Indeed, it is the only thing that ever has." -Margaret Meade

Sounds like this is an area of interest to you wumi?

------
wumi
first, people have to care enough before they can change the world. in my
experiences, many people just don't care about anything outside of their
immediate surroundings, for better or worse.

second, the barrier to entry for a web 2.0 company relative to a company that
will organize the world's health, hunger,thirst, etc. is a few orders of
magnitude lower.

I've got a few friends with prototypes for companies that could effect serious
change on the scale Umair constantly references, but they'd need several
millions of dollars before having something that's even ready for mass
production.

(edit: these buddies of mine, will end up working for corporate america in
non-innovative companies because they just don't have the resources to be able
to take their prototypes and build them into companies. One of the guys would
need about 18 months and 6 full-time research technicians/machinists.)

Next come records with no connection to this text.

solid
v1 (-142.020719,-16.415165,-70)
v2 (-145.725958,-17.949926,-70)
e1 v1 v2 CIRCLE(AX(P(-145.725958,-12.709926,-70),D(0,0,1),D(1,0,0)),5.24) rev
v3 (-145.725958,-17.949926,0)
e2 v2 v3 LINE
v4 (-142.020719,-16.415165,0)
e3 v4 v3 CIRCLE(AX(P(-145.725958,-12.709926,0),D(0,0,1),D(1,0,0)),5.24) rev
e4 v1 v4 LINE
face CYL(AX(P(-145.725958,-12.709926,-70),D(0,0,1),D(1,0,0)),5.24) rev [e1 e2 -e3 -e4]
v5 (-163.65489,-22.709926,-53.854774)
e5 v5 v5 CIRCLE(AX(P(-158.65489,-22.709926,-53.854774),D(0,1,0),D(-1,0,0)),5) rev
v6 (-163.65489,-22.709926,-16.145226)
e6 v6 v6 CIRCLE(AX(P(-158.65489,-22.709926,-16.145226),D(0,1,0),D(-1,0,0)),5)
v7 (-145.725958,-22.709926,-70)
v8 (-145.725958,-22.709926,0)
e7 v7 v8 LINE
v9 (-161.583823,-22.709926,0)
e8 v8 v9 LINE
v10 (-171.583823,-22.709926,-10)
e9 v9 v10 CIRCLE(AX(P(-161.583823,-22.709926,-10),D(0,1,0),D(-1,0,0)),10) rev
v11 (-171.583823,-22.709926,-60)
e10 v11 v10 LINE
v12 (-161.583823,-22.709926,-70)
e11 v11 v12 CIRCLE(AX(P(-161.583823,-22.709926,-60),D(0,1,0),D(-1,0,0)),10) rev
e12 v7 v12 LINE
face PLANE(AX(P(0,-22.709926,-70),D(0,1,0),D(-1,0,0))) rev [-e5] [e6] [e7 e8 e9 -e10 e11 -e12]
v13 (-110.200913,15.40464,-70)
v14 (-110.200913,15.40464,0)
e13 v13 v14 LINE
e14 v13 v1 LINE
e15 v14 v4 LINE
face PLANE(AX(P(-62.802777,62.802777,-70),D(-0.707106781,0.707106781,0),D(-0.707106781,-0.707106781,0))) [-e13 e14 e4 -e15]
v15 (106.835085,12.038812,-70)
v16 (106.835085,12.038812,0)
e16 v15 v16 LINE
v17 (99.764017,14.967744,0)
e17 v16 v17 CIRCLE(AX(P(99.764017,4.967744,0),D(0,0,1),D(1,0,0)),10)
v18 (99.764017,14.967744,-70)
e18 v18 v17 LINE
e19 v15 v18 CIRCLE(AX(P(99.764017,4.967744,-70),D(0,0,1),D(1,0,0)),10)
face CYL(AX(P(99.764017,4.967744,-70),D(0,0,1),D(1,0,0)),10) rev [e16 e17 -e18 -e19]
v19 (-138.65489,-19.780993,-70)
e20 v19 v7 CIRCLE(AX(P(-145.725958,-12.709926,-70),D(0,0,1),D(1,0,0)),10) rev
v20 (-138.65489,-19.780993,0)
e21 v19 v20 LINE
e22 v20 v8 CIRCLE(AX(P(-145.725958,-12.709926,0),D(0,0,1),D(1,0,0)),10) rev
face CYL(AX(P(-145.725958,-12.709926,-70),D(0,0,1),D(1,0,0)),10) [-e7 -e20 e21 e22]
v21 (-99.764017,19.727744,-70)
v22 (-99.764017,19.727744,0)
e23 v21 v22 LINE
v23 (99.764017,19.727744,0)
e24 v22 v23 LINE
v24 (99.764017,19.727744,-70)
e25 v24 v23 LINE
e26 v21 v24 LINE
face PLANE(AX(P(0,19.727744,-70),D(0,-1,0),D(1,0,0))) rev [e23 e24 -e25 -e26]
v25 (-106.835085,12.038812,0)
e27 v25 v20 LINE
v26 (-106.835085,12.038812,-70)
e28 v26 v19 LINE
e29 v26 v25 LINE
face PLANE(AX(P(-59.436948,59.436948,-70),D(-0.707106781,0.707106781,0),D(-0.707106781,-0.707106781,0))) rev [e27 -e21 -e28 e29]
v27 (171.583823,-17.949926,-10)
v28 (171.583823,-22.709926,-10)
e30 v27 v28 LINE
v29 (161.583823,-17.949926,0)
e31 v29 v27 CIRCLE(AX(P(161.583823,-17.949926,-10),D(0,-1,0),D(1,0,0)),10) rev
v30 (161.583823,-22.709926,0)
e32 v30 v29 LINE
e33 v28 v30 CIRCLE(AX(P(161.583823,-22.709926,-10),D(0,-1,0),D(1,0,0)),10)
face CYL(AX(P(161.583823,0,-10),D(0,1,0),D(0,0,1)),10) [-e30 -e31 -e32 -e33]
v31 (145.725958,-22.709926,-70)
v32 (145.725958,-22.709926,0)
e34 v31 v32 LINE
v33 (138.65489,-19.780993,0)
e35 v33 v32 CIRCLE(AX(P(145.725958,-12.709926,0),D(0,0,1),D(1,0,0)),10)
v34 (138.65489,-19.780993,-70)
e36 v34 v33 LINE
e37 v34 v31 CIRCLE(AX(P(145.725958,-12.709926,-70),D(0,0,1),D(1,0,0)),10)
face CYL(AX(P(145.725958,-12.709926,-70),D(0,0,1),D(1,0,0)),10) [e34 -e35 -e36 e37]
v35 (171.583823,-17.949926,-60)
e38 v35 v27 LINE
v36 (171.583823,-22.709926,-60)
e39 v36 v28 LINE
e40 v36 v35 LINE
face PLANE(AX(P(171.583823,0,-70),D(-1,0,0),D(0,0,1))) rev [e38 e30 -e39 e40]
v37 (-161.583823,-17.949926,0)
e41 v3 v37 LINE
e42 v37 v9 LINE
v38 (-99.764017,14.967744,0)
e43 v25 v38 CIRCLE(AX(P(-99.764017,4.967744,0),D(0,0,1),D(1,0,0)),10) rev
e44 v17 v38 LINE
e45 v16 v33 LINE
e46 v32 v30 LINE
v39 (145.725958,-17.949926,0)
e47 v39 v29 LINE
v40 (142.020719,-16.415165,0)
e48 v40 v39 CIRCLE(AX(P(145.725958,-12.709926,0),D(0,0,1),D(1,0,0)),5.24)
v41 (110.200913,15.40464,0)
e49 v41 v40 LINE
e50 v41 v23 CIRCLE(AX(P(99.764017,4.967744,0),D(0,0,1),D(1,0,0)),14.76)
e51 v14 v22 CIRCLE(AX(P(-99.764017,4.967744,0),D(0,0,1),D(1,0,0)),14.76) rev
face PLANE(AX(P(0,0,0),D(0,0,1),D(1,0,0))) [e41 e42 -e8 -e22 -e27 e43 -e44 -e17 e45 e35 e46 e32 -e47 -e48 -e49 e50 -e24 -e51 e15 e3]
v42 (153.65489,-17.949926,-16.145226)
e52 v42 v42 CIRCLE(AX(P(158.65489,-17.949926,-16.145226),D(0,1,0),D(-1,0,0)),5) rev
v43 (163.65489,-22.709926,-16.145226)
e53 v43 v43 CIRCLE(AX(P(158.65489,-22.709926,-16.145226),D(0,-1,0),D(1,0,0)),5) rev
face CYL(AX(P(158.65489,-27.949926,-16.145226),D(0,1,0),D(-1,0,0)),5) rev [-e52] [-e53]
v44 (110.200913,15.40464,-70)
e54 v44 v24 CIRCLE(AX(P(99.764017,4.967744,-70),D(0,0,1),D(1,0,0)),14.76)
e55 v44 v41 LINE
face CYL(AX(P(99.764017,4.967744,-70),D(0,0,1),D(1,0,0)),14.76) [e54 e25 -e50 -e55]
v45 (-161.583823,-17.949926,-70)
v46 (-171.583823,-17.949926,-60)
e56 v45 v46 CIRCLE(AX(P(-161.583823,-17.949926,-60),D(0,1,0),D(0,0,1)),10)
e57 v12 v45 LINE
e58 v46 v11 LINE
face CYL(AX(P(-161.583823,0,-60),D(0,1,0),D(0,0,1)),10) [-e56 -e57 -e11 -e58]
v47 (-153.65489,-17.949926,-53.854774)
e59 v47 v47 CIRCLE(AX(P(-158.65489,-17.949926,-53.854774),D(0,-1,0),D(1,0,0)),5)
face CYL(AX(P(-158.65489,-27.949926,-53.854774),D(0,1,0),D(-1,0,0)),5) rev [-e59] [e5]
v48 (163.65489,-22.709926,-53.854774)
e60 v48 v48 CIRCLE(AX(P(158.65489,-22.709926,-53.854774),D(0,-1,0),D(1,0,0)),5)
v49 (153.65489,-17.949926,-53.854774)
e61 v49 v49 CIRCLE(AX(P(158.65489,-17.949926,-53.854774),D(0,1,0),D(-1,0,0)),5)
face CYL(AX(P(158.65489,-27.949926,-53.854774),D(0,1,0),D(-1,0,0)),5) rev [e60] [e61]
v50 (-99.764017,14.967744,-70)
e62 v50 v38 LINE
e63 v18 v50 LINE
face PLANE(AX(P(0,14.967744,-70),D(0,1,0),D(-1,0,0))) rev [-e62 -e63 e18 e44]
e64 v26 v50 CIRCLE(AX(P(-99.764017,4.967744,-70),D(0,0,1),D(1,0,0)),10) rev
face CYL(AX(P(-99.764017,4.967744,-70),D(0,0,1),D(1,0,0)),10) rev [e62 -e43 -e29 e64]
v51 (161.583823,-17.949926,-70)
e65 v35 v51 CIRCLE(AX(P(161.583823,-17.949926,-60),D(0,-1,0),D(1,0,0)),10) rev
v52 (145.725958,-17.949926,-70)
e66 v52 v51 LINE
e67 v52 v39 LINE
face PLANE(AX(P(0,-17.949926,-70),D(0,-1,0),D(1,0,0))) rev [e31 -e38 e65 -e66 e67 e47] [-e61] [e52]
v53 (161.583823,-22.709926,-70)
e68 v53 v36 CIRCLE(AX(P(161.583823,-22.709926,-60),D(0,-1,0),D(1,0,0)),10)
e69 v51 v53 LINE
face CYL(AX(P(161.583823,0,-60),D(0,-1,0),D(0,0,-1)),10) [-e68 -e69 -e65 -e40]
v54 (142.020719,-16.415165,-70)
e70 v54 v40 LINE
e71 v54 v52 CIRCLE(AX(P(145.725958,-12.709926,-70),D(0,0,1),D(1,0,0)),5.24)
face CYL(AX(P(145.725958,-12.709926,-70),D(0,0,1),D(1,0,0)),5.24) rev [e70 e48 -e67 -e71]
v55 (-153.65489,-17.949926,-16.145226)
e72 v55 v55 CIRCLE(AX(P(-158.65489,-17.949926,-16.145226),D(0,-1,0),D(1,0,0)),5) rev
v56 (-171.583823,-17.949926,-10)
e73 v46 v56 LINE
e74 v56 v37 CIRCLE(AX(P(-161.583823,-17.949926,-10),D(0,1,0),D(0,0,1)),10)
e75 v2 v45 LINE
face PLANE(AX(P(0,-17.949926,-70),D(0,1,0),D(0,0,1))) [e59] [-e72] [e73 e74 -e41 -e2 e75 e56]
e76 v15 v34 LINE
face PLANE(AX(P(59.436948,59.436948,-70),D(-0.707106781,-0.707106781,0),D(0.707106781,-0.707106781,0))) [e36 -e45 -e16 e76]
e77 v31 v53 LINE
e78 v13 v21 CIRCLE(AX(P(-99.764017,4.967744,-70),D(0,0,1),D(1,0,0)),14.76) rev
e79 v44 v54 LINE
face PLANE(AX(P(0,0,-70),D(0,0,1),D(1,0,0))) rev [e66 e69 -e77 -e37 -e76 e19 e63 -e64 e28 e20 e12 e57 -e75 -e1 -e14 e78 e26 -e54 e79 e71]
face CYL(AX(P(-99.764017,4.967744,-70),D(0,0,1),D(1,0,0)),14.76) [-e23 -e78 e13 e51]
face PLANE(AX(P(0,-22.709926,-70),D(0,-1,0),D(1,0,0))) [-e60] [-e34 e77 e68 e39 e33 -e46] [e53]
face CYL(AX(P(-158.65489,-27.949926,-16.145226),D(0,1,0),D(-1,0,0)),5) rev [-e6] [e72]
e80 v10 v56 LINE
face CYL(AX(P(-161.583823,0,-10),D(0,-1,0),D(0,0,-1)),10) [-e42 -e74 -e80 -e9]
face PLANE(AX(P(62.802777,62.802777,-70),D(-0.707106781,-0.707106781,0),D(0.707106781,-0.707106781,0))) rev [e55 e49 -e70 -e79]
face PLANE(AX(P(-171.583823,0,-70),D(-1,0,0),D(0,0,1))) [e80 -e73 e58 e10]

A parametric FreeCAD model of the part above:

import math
import FreeCAD as App
import Part
import Sketcher
from FreeCAD import Vector
Q = App.Units.Quantity


def edges_at(feature, points):
    """Names of the edges that pass closest to the given points."""
    edges = feature.Shape.Edges
    near = lambda p: min(range(len(edges)), key=lambda i: edges[i].distToShape(Part.Vertex(*p))[0])
    return sorted({f"Edge{near(p) + 1}" for p in points})

doc = App.newDocument("Part")
body = doc.addObject("PartDesign::Body", "Body")

# Sketch on XY plane
sketch1 = body.newObject("Sketcher::SketchObject", "Sketch")
sketch1.AttachmentSupport = (doc.getObject("XY_Plane"), [""])
sketch1.MapMode = "FlatFace"
sketch1.addGeometry(Part.LineSegment(Vector(142, -16.4, 0), Vector(110.2, 15.4, 0)), False)
sketch1.addGeometry(Part.ArcOfCircle(Part.Circle(Vector(99.8, 5, 0), Vector(0, 0, 1), 14.8), math.radians(45), math.radians(90)), False)
sketch1.addGeometry(Part.LineSegment(Vector(99.8, 19.7, 0), Vector(-99.8, 19.7, 0)), False)
sketch1.addGeometry(Part.ArcOfCircle(Part.Circle(Vector(-99.8, 5, 0), Vector(0, 0, 1), 14.8), math.radians(90), math.radians(135)), False)
sketch1.addGeometry(Part.LineSegment(Vector(-110.2, 15.4, 0), Vector(-142, -16.4, 0)), False)
sketch1.addGeometry(Part.ArcOfCircle(Part.Circle(Vector(-145.7, -12.7, 0), Vector(0, 0, 1), 5.2), math.radians(-90), math.radians(-45)), False)
sketch1.addGeometry(Part.LineSegment(Vector(-145.7, -17.9, 0), Vector(-171.6, -17.9, 0)), False)
sketch1.addGeometry(Part.LineSegment(Vector(-171.6, -17.9, 0), Vector(-171.6, -22.7, 0)), False)
sketch1.addGeometry(Part.LineSegment(Vector(-171.6, -22.7, 0), Vector(-145.7, -22.7, 0)), False)
sketch1.addGeometry(Part.ArcOfCircle(Part.Circle(Vector(-145.7, -12.7, 0), Vector(0, 0, 1), 10), math.radians(-90), math.radians(-45)), False)
sketch1.addGeometry(Part.LineSegment(Vector(-138.7, -19.8, 0), Vector(-106.8, 12, 0)), False)
sketch1.addGeometry(Part.ArcOfCircle(Part.Circle(Vector(-99.8, 5, 0), Vector(0, 0, 1), 10), math.radians(90), math.radians(135)), False)
sketch1.addGeometry(Part.LineSegment(Vector(-99.8, 15, 0), Vector(99.8, 15, 0)), False)
sketch1.addGeometry(Part.ArcOfCircle(Part.Circle(Vector(99.8, 5, 0), Vector(0, 0, 1), 10), math.radians(45), math.radians(90)), False)
sketch1.addGeometry(Part.LineSegment(Vector(106.8, 12, 0), Vector(138.7, -19.8, 0)), False)
sketch1.addGeometry(Part.ArcOfCircle(Part.Circle(Vector(145.7, -12.7, 0), Vector(0, 0, 1), 10), math.radians(-135), math.radians(-90)), False)
sketch1.addGeometry(Part.LineSegment(Vector(145.7, -22.7, 0), Vector(171.6, -22.7, 0)), False)
sketch1.addGeometry(Part.LineSegment(Vector(171.6, -22.7, 0), Vector(171.6, -17.9, 0)), False)
sketch1.addGeometry(Part.LineSegment(Vector(171.6, -17.9, 0), Vector(145.7, -17.9, 0)), False)
sketch1.addGeometry(Part.ArcOfCircle(Part.Circle(Vector(145.7, -12.7, 0), Vector(0, 0, 1), 5.2), math.radians(-135), math.radians(-90)), False)
sketch1.addConstraint(Sketcher.Constraint("Tangent", 0, 2, 1, 1))
sketch1.addConstraint(Sketcher.Constraint("Tangent", 1, 2, 2, 1))
sketch1.addConstraint(Sketcher.Constraint("Tangent", 2, 2, 3, 1))
sketch1.addConstraint(Sketcher.Constraint("Tangent", 3, 2, 4, 1))
sketch1.addConstraint(Sketcher.Constraint("Tangent", 4, 2, 5, 2))
sketch1.addConstraint(Sketcher.Constraint("Tangent", 5, 1, 6, 1))
sketch1.addConstraint(Sketcher.Constraint("Coincident", 6, 2, 7, 1))
sketch1.addConstraint(Sketcher.Constraint("Coincident", 7, 2, 8, 1))
sketch1.addConstraint(Sketcher.Constraint("Tangent", 8, 2, 9, 1))
sketch1.addConstraint(Sketcher.Constraint("Tangent", 9, 2, 10, 1))
sketch1.addConstraint(Sketcher.Constraint("Tangent", 10, 2, 11, 2))
sketch1.addConstraint(Sketcher.Constraint("Tangent", 11, 1, 12, 1))
sketch1.addConstraint(Sketcher.Constraint("Tangent", 12, 2, 13, 2))
sketch1.addConstraint(Sketcher.Constraint("Tangent", 13, 1, 14, 1))
sketch1.addConstraint(Sketcher.Constraint("Tangent", 14, 2, 15, 1))
sketch1.addConstraint(Sketcher.Constraint("Tangent", 15, 2, 16, 1))
sketch1.addConstraint(Sketcher.Constraint("Coincident", 16, 2, 17, 1))
sketch1.addConstraint(Sketcher.Constraint("Coincident", 17, 2, 18, 1))
sketch1.addConstraint(Sketcher.Constraint("Tangent", 18, 2, 19, 2))
sketch1.addConstraint(Sketcher.Constraint("Tangent", 19, 1, 0, 1))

even with PG's "be good" it's debatable how much the majority of YC companies
are going to have a positive impact on the world ... but then again, is that
their aim?

maybe Fred, Umair, and a few other big players idea/operations/capital wise
should start a YC to attack those very problems with young, hungry,
entrepreneurs. $250-$500k per entrepreneur should be fairly reasonable to get
to marketable prototype/ alpha version.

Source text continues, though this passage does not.